▶ **Exercise goal**
Your answer must be the lines of the entries below, exactly as written, from the first line through the line containing "#56=LINE('',#43,#51);".

▶ **Data to use**
★ ★ ★

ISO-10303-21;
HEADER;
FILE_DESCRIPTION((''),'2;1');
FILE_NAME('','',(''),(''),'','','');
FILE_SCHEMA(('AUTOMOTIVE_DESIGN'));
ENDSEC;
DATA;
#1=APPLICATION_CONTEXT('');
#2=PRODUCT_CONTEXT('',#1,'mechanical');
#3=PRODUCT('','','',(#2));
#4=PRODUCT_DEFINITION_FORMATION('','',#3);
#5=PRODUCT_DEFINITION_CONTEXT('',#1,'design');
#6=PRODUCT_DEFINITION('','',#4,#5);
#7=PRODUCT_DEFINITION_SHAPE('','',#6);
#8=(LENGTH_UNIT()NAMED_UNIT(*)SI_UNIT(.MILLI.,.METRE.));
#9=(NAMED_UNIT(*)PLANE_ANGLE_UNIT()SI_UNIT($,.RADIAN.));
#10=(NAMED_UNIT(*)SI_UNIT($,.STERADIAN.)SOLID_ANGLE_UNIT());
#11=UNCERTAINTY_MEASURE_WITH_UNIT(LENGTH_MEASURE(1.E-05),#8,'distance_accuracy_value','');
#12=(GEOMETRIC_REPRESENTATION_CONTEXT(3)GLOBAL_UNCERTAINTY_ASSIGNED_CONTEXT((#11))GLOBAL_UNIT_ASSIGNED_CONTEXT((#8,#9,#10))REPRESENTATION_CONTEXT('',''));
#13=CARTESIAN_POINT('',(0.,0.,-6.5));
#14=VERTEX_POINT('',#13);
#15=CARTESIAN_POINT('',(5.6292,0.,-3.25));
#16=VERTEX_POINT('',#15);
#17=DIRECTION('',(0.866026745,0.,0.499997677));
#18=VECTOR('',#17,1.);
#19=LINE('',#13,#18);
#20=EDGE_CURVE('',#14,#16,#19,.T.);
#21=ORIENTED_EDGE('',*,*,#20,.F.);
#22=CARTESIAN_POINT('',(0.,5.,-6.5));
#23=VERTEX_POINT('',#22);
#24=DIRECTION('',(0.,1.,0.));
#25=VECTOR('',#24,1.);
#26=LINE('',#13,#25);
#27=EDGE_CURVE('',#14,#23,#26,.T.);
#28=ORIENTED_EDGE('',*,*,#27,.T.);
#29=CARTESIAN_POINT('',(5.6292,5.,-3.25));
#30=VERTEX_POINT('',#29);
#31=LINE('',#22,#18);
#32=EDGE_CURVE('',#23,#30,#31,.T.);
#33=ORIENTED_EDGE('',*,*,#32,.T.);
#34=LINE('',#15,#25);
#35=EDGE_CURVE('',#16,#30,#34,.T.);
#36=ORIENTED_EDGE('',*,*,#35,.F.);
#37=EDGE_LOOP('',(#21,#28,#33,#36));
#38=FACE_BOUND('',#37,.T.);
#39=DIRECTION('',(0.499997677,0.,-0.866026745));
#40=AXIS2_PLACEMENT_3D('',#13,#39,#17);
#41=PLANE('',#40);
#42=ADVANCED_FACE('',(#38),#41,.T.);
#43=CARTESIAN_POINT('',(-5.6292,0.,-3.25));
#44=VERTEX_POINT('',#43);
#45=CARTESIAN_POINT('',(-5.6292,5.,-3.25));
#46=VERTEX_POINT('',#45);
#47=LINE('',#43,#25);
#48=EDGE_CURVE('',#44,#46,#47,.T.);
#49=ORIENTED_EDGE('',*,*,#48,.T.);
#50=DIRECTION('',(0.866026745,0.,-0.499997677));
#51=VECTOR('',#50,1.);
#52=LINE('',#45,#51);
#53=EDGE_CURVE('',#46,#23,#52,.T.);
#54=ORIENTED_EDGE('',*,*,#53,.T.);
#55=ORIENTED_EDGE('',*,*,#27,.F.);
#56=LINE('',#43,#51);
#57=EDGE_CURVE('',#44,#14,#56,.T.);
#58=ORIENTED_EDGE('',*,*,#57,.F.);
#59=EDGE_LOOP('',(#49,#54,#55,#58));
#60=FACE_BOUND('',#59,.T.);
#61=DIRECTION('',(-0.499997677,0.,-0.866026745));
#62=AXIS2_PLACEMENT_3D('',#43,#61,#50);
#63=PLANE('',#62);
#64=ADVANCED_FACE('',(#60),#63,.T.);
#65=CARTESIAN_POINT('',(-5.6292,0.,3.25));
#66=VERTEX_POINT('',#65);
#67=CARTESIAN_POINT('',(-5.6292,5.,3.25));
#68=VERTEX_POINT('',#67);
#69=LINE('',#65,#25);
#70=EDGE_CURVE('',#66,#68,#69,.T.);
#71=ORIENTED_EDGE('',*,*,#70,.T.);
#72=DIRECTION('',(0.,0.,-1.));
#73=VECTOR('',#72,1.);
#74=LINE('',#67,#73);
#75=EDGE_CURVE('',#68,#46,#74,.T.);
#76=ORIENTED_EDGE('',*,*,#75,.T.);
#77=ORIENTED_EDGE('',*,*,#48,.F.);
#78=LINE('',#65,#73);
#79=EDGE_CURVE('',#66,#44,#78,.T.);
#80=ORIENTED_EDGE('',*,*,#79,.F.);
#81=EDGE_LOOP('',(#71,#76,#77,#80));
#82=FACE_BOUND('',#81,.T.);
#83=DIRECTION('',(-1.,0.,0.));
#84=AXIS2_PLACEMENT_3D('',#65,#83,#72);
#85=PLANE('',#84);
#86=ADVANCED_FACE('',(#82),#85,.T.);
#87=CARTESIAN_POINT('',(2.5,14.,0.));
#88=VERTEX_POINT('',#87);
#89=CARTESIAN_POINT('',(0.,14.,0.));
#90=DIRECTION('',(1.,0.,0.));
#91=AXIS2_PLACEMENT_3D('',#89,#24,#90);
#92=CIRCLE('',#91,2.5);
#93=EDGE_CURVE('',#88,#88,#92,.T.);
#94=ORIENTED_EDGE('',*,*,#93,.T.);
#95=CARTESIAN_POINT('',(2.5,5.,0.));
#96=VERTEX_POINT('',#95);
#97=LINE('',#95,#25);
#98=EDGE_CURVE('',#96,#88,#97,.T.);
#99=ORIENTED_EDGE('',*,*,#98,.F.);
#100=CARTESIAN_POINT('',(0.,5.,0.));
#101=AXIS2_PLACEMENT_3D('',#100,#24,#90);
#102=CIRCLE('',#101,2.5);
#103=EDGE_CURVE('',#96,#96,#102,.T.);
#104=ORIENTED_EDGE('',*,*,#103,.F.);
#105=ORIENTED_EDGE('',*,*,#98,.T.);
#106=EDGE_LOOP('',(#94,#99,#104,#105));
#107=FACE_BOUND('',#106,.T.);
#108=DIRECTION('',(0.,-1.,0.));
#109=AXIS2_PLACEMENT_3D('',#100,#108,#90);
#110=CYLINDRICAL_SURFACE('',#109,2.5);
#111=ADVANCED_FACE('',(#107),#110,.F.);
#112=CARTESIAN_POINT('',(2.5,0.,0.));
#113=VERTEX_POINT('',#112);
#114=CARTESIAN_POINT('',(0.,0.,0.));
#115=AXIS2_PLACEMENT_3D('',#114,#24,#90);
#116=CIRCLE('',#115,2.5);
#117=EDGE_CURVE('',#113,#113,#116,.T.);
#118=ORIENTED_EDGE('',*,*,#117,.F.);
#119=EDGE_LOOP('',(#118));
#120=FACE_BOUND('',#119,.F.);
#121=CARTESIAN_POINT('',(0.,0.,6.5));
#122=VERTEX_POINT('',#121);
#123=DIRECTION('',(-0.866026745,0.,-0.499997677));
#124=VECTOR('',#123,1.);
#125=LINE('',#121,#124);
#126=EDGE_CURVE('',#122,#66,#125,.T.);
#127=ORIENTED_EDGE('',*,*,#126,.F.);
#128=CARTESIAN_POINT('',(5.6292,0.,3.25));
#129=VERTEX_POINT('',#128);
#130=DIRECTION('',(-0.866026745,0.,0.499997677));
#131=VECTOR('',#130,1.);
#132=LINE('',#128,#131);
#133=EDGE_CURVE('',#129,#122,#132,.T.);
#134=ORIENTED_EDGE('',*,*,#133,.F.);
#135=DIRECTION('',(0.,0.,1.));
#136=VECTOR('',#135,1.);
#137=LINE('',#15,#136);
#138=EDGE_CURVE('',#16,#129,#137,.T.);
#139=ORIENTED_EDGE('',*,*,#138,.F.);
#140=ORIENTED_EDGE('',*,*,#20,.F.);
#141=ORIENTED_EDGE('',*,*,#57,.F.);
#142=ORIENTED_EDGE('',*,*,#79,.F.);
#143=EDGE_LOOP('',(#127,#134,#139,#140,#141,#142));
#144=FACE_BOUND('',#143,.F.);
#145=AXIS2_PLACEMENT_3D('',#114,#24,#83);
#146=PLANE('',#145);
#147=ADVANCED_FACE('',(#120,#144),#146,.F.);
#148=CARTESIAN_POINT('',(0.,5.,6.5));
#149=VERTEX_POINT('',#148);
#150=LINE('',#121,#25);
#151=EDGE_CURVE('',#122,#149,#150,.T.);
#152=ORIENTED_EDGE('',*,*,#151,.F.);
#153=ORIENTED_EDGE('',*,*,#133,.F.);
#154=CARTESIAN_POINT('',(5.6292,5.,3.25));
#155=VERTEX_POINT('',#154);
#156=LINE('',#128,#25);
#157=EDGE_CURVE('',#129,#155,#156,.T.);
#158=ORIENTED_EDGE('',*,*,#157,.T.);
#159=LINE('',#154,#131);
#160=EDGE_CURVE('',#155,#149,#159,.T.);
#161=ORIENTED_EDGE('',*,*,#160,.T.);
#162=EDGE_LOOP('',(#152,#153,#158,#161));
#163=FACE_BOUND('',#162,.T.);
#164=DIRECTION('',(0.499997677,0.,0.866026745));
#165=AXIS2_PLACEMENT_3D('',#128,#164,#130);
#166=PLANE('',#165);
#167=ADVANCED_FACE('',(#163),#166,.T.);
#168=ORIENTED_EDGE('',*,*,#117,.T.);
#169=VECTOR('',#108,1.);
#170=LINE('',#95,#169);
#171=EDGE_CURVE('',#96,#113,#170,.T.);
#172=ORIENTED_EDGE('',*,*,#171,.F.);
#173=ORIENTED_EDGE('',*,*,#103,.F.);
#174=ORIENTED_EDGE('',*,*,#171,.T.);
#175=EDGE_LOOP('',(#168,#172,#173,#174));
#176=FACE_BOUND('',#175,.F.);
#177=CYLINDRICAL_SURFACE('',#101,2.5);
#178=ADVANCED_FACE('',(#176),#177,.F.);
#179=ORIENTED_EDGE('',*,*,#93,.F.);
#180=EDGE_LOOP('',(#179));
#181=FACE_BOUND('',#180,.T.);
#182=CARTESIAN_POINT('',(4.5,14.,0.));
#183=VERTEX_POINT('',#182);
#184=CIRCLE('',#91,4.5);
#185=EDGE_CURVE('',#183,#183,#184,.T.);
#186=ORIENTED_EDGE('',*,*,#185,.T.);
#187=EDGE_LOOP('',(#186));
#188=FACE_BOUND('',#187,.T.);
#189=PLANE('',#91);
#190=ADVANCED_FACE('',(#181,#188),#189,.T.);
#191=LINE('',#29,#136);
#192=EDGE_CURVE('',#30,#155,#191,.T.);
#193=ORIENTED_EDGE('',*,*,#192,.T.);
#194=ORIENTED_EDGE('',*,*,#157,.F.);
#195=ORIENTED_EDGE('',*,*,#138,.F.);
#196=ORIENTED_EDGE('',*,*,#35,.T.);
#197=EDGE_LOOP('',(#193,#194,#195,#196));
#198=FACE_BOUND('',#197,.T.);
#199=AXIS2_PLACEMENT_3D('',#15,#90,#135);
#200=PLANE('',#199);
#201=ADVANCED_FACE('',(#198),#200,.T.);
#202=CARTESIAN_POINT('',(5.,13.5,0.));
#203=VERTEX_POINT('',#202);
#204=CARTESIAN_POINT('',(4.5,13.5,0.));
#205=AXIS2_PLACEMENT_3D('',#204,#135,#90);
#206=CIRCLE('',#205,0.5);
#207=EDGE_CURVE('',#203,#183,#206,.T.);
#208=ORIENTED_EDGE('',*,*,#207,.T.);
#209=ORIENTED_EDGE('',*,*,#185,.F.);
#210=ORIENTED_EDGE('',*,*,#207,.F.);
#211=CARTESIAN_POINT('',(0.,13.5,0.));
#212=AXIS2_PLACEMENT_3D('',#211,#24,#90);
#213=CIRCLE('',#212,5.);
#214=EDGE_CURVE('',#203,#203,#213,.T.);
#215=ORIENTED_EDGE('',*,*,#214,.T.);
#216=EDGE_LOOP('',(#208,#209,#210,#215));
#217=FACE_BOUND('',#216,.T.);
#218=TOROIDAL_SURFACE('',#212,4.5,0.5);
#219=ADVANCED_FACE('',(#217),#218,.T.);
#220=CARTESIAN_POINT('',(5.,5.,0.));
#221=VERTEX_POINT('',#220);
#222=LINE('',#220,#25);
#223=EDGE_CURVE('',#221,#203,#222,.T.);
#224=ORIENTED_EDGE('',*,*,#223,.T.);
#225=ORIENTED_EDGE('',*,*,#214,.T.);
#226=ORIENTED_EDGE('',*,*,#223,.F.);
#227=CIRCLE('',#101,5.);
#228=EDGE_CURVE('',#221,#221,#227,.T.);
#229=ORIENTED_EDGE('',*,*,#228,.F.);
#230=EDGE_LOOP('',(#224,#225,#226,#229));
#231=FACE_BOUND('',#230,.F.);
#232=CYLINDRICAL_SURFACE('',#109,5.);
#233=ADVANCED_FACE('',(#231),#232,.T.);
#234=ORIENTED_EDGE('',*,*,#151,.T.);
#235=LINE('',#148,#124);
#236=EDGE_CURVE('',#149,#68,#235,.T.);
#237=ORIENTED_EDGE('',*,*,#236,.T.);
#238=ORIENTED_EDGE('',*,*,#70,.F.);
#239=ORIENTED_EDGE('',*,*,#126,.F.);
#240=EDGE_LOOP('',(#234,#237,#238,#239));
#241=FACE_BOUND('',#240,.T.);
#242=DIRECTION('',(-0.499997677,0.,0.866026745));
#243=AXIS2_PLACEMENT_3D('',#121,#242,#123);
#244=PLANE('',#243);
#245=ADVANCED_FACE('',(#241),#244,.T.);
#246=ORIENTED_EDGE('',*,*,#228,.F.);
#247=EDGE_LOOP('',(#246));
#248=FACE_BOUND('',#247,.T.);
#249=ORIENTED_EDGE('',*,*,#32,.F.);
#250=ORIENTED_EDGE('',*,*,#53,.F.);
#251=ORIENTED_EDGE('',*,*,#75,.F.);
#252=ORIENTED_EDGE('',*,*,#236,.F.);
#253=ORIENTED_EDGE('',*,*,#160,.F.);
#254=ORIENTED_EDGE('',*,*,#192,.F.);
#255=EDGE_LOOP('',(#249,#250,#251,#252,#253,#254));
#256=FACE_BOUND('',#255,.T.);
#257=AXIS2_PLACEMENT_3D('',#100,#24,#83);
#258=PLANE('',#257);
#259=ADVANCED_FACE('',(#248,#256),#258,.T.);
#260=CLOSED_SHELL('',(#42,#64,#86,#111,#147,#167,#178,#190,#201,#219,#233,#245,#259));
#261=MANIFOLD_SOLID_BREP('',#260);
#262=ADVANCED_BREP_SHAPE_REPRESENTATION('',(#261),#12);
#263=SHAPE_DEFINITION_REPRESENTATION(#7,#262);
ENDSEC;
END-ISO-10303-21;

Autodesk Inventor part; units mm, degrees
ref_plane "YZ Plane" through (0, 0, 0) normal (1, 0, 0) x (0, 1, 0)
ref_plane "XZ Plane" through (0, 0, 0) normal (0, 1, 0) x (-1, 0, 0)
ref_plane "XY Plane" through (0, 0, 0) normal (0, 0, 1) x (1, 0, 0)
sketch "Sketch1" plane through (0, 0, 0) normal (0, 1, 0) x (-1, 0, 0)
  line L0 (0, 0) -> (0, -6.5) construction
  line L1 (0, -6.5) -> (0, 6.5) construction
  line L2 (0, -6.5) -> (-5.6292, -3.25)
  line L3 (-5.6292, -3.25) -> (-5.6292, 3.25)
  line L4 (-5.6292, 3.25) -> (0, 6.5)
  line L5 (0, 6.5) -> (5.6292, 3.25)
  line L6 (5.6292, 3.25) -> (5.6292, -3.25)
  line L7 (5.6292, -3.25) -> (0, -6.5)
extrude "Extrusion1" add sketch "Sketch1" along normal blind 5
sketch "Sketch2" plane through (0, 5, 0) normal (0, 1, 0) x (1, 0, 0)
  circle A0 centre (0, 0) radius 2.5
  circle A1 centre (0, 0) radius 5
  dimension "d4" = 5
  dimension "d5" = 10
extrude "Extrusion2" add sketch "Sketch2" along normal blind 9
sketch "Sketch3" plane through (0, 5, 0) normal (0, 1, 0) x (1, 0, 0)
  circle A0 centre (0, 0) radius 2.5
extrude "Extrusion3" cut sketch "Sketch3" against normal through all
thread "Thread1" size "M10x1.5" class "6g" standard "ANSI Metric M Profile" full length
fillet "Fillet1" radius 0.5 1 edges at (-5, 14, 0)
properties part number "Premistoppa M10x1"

★ ★ ★

▶ **Result of this exercise**
ISO-10303-21;
HEADER;
FILE_DESCRIPTION((''),'2;1');
FILE_NAME('','',(''),(''),'','','');
FILE_SCHEMA(('AUTOMOTIVE_DESIGN'));
ENDSEC;
DATA;
#1=APPLICATION_CONTEXT('');
#2=PRODUCT_CONTEXT('',#1,'mechanical');
#3=PRODUCT('','','',(#2));
#4=PRODUCT_DEFINITION_FORMATION('','',#3);
#5=PRODUCT_DEFINITION_CONTEXT('',#1,'design');
#6=PRODUCT_DEFINITION('','',#4,#5);
#7=PRODUCT_DEFINITION_SHAPE('','',#6);
#8=(LENGTH_UNIT()NAMED_UNIT(*)SI_UNIT(.MILLI.,.METRE.));
#9=(NAMED_UNIT(*)PLANE_ANGLE_UNIT()SI_UNIT($,.RADIAN.));
#10=(NAMED_UNIT(*)SI_UNIT($,.STERADIAN.)SOLID_ANGLE_UNIT());
#11=UNCERTAINTY_MEASURE_WITH_UNIT(LENGTH_MEASURE(1.E-05),#8,'distance_accuracy_value','');
#12=(GEOMETRIC_REPRESENTATION_CONTEXT(3)GLOBAL_UNCERTAINTY_ASSIGNED_CONTEXT((#11))GLOBAL_UNIT_ASSIGNED_CONTEXT((#8,#9,#10))REPRESENTATION_CONTEXT('',''));
#13=CARTESIAN_POINT('',(0.,0.,-6.5));
#14=VERTEX_POINT('',#13);
#15=CARTESIAN_POINT('',(5.6292,0.,-3.25));
#16=VERTEX_POINT('',#15);
#17=DIRECTION('',(0.866026745,0.,0.499997677));
#18=VECTOR('',#17,1.);
#19=LINE('',#13,#18);
#20=EDGE_CURVE('',#14,#16,#19,.T.);
#21=ORIENTED_EDGE('',*,*,#20,.F.);
#22=CARTESIAN_POINT('',(0.,5.,-6.5));
#23=VERTEX_POINT('',#22);
#24=DIRECTION('',(0.,1.,0.));
#25=VECTOR('',#24,1.);
#26=LINE('',#13,#25);
#27=EDGE_CURVE('',#14,#23,#26,.T.);
#28=ORIENTED_EDGE('',*,*,#27,.T.);
#29=CARTESIAN_POINT('',(5.6292,5.,-3.25));
#30=VERTEX_POINT('',#29);
#31=LINE('',#22,#18);
#32=EDGE_CURVE('',#23,#30,#31,.T.);
#33=ORIENTED_EDGE('',*,*,#32,.T.);
#34=LINE('',#15,#25);
#35=EDGE_CURVE('',#16,#30,#34,.T.);
#36=ORIENTED_EDGE('',*,*,#35,.F.);
#37=EDGE_LOOP('',(#21,#28,#33,#36));
#38=FACE_BOUND('',#37,.T.);
#39=DIRECTION('',(0.499997677,0.,-0.866026745));
#40=AXIS2_PLACEMENT_3D('',#13,#39,#17);
#41=PLANE('',#40);
#42=ADVANCED_FACE('',(#38),#41,.T.);
#43=CARTESIAN_POINT('',(-5.6292,0.,-3.25));
#44=VERTEX_POINT('',#43);
#45=CARTESIAN_POINT('',(-5.6292,5.,-3.25));
#46=VERTEX_POINT('',#45);
#47=LINE('',#43,#25);
#48=EDGE_CURVE('',#44,#46,#47,.T.);
#49=ORIENTED_EDGE('',*,*,#48,.T.);
#50=DIRECTION('',(0.866026745,0.,-0.499997677));
#51=VECTOR('',#50,1.);
#52=LINE('',#45,#51);
#53=EDGE_CURVE('',#46,#23,#52,.T.);
#54=ORIENTED_EDGE('',*,*,#53,.T.);
#55=ORIENTED_EDGE('',*,*,#27,.F.);
#56=LINE('',#43,#51);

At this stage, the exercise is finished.